The excellent agreement between \({\Delta E}_{Int}\) and the scaled \({\Delta E}_{Int}^{PC}\) is remarkable considering that the data set consists of a diverse group of halogen, oxygen and sulfur HB, donors and considering the simplicity of the PC model, which only accounts for electrostatics and the polarization of the HB donor. There is only a fair correlation between the electrostatic interaction energy (\({\Delta E}_{ES}^{PC}\)) and \({\Delta E}_{Int}\) (R2 =0.89), but much better correlations with \({\Delta E}_{ES}^{PC}\) are obtained if groups of HB donors of similar type, e.g., alcohols, are considered separately. This shows that caution should be used when interpreting the character of intermolecular interactions based on the analysis of a group of congeneric molecules. The polarization energy is always smaller in magnitude than the electrostatic energy, but \({\Delta E}_{Pol}^{PC}\) varies considerably, both in value (− 2.8 to − 11.5 kcal mol−1) and in terms of its relative contribution (11- 42%) to \({\Delta E}_{Int}^{PC}\). It should be noted that the large importance of polarization is a consequence of the anionic HB acceptor; in complexes with neutral HB acceptors, we see much smaller relative contributions from polarization and the interactions are clearly dominated by electrostatics [40]. There are similar but more distinct trends in the variation of \({\Delta E}_{Pol}^{PC}\) compared to the variation of \({\Delta E}_{Nuc}\). \({\Delta E}_{Pol}^{PC}\) is lower for the sulfur HB donors when compared to the corresponding oxygen donors, as well as for HCl compared to the oxygen donors. It also decreases with the polarizability and the conjugation of the R group. Furthermore, \({\Delta E}_{Pol}^{PC}\) generally decreases with the strength of the interaction.
Energy decomposition along the potential-energy surface
In order to understand the relevance of the different energy components and the overall correlation between \({\Delta E}_{Int}\) and \({\Delta E}_{Int}^{PC}\), we will analyze the potential-energy surfaces of some of the complexes by studying the variation of the energy components with varying distance to the Br−. We will begin with the HF complex, and then continue with HCl, which has a similar \({\Delta E}_{Cmpl}\) but \({\Delta E}_{Pol}^{PC}\) and \({\Delta E}_{Nuc}\) of larger magnitudes.
When analyzing the HF complex in Fig. 3, we note that at R distances greater than 4 Å \({\Delta E}_{Cmpl}\), \({\Delta E}_{Int}\), \({\Delta E}_{Int}^{PC}\) and \({\Delta E}_{ES}^{PC}\) follow each other closely, whereas \({\Delta E}_{Pol}^{PC}\) and \({\Delta E}_{Nuc}\) are negligible.

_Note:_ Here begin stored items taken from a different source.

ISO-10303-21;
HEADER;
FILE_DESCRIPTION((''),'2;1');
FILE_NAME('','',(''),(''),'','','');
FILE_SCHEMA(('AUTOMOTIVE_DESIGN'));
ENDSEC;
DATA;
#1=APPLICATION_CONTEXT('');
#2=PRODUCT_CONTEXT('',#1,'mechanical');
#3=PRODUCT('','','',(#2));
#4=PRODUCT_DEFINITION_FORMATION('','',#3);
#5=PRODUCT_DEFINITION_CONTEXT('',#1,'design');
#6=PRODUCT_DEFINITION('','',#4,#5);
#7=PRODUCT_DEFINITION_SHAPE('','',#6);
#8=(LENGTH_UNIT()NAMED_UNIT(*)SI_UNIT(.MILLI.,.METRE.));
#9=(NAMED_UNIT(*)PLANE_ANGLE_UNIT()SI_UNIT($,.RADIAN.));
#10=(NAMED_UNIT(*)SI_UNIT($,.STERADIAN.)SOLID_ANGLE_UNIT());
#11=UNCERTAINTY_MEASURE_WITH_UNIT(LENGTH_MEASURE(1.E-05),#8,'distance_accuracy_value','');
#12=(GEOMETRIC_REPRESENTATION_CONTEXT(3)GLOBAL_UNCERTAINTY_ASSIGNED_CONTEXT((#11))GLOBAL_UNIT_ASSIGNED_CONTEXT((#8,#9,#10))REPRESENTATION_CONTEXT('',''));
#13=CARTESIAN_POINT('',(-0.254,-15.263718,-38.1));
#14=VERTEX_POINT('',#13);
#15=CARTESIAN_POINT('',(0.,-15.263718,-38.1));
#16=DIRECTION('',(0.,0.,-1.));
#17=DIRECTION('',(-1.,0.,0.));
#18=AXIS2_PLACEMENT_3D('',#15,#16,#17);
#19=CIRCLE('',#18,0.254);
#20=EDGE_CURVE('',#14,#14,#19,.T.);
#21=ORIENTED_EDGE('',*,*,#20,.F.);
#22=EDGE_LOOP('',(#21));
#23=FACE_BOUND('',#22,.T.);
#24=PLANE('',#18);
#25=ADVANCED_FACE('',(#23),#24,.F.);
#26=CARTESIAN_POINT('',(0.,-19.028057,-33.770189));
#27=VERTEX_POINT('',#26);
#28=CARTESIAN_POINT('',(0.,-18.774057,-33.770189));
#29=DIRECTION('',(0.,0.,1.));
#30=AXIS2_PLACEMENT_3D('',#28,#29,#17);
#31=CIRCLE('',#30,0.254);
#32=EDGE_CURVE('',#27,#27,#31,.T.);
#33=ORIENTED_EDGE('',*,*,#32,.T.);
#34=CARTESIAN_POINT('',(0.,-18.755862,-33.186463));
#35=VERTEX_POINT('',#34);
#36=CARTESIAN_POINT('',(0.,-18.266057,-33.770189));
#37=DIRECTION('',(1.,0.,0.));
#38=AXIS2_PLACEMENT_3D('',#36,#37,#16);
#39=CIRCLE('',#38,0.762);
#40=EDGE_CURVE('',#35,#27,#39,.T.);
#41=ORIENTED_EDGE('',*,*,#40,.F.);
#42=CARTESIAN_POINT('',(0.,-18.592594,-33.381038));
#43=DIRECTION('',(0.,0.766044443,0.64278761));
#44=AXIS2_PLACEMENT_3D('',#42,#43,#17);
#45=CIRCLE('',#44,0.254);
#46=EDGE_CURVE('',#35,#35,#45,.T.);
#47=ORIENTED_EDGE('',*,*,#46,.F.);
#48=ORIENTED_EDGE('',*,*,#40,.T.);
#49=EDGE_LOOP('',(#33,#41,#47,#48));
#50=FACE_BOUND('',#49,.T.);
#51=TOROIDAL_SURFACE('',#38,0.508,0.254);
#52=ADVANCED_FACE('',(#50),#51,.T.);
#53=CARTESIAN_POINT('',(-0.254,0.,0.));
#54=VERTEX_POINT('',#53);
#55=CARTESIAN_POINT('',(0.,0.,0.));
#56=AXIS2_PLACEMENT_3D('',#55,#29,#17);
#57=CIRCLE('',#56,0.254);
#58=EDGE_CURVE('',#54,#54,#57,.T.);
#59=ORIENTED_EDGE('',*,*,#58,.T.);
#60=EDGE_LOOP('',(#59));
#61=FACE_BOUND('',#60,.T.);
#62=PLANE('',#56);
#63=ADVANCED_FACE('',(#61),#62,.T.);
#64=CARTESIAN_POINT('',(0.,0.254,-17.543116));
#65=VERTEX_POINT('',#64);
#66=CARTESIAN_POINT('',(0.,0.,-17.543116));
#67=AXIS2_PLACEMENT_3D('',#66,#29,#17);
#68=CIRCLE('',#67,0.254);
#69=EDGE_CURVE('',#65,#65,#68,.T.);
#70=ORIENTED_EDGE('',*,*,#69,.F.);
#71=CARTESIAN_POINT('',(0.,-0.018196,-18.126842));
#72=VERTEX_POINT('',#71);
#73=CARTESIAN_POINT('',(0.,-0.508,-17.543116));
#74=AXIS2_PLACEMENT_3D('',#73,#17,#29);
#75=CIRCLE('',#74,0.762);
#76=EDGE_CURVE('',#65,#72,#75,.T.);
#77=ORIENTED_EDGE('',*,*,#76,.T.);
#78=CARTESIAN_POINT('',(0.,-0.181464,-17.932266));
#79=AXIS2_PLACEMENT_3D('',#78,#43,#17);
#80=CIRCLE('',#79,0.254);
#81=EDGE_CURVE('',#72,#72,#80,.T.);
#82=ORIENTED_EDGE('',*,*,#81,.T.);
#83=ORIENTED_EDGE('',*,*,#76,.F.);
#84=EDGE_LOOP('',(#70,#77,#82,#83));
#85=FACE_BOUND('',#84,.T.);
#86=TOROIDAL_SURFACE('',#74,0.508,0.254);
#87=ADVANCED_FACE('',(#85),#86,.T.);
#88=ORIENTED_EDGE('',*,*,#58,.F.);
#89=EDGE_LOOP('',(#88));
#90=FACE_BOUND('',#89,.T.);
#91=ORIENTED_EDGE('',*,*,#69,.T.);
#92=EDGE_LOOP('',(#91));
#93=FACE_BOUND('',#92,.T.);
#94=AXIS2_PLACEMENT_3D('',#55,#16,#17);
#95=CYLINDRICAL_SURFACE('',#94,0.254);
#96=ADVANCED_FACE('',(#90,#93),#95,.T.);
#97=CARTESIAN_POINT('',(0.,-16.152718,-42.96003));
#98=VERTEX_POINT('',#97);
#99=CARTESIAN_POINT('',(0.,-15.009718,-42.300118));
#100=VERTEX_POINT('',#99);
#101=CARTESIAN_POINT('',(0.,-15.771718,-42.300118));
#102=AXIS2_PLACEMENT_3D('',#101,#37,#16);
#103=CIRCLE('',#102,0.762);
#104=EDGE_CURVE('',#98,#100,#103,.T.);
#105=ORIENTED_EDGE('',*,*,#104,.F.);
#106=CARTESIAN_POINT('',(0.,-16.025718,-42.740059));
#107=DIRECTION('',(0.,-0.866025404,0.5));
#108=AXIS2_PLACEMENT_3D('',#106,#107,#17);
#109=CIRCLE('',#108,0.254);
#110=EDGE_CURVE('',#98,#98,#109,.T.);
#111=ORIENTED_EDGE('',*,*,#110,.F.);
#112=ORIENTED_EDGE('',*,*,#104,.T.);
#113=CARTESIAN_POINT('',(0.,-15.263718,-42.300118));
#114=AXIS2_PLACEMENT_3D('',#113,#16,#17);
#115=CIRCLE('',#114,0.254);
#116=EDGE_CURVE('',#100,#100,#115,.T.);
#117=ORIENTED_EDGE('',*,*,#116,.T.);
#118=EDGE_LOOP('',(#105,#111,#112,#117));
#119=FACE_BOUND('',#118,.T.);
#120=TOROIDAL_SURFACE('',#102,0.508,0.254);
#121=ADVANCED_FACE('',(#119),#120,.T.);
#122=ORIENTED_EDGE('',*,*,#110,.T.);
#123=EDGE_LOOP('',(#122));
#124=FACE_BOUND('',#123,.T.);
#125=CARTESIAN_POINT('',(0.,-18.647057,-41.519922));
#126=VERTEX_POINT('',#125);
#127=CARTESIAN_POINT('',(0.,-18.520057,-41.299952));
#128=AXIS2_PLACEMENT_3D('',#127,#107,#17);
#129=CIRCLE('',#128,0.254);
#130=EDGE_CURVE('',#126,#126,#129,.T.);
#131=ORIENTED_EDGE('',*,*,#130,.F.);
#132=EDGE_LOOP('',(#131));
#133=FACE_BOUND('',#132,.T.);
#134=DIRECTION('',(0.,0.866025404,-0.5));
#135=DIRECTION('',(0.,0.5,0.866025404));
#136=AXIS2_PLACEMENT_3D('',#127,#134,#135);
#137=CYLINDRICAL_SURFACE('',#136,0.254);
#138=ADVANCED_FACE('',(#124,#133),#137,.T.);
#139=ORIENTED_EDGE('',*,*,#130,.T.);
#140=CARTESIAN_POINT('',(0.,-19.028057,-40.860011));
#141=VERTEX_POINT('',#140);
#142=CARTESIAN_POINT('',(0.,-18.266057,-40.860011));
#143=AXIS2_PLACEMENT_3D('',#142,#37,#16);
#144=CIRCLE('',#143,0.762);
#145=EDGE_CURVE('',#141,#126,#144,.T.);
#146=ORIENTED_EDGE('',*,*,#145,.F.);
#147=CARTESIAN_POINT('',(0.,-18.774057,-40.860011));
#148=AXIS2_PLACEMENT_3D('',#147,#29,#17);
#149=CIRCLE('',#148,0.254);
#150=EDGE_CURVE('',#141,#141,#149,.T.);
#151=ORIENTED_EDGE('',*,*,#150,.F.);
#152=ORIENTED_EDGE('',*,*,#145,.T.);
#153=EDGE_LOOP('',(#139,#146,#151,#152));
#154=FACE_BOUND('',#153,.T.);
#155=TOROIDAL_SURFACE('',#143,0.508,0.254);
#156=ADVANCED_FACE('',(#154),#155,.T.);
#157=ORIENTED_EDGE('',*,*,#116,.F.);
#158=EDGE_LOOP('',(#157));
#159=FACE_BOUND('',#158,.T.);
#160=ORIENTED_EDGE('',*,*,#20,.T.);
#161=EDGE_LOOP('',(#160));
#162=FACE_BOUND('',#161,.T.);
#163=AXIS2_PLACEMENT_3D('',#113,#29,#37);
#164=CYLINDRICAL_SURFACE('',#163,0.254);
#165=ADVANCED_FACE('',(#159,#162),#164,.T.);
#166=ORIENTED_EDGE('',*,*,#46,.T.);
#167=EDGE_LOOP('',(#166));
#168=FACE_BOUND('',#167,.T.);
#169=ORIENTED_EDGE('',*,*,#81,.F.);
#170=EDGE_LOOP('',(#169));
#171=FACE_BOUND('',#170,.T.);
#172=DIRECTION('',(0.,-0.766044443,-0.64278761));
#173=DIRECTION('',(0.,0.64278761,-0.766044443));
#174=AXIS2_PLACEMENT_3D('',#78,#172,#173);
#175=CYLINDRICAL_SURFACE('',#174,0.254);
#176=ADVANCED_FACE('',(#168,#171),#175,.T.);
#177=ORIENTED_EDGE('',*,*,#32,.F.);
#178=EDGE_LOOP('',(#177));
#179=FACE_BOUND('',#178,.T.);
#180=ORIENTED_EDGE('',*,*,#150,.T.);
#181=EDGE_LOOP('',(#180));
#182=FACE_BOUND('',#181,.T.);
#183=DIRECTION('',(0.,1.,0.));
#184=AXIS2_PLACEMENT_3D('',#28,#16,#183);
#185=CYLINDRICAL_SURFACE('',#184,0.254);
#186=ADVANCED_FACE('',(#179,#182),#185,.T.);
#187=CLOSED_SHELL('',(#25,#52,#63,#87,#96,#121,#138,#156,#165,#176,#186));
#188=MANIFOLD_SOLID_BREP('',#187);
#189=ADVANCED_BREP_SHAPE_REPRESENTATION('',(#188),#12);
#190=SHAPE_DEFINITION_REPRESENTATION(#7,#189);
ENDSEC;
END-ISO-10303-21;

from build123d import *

# Parameters (mm, degrees)
SWEEP1_PROFILE_R = 0.254


with BuildPart() as part:
    # Sweep1: sweep along a path in Sketch1
    with BuildLine(Plane(origin=(0, 0, 0), x_dir=(0, 0, -1), z_dir=(1, 0, 0))) as sweep1_path:
        Line((0, 0), (17.54311571, 0))
        ThreePointArc((17.54311571, 0), (17.757805787, -0.047595644), (17.932266287, -0.181463894))
        Line((17.932266287, -0.181463894), (33.38103842, -18.592593586))
        ThreePointArc((33.38103842, -18.592593586), (33.55549892, -18.726461836), (33.770188997, -18.77405748))
        Line((33.770188997, -18.77405748), (40.86001077, -18.77405748))
        ThreePointArc((40.86001077, -18.77405748), (41.11401077, -18.705998385), (41.299951675, -18.52005748))
        Line((41.299951675, -18.52005748), (42.740059095, -16.025718261))
        ThreePointArc((42.740059095, -16.025718261), (42.740059095, -15.517718261), (42.30011819, -15.263718261))
        Line((42.30011819, -15.263718261), (38.1, -15.263718261))
    # Sweep1 profile (on start of the path) → Sweep1 (sweep)
    with BuildSketch(Plane(origin=(0, 0, 0), x_dir=(-1, 0, 0), z_dir=(0, 0, -1))):
        Circle(SWEEP1_PROFILE_R)
    sweep(path=sweep1_path.line)


solid = part.part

This shows that the interaction is almost entirely electrostatic at these longer distances. At distances shorter than 4 Å, \({\Delta E}_{Pol}^{PC}\) starts to decrease, leading to an increasing separation between \({\Delta E}_{Int}^{PC}\) and \({\Delta E}_{ES}^{PC}\), but \({\Delta E}_{Pol}^{PC}\) remains above -1.0 kcal mol−1 down to R = 2.8 Å. \({\Delta E}_{Cmpl}\) and \({\Delta E}_{Int}\) also become slightly lower than \({\Delta E}_{Int}^{PC}\) below 4 Å, but the difference never exceeds 1.0 kcal mol−1. This difference can be attributed to polarization of Br− and dispersion, interactions that are not included in the PC model. \({\Delta E}_{Nuc}\) remains negligible until below 2.5 Å and reaches a value of 1.0 kcal mol−1 at the potential energy minimum (R = 2.13 Å); Consequently, \({\Delta E}_{Int}\) is 1.0 kcal mol−1 lower than \({\Delta E}_{Cmpl}\) at the minimum. After the minimum, \({\Delta E}_{Nuc}\) increases steadily, and this is the main reason for the increase in \({\Delta E}_{Cmpl}\) at short distances. Just before the minimum at 2.2 Å, \({\Delta E}_{Int}^{PC}\) becomes lower than \({\Delta E}_{Int}\), mainly due to increasing charge penetration, and at the minimum, \({\Delta E}_{Int}^{PC}\) (-29.4 kcal mol−1) is 3.8 kcal mol−1 lower than \({\Delta E}_{Int}\). At this point, \({\Delta E}_{ES}^{PC}\) is -23.2 kcal mol−1 and \({\Delta E}_{Pol}^{PC}\) is -2.8 kcal mol−1, clearly showing that this interaction is dominated by electrostatics and has only a minor contribution from polarization.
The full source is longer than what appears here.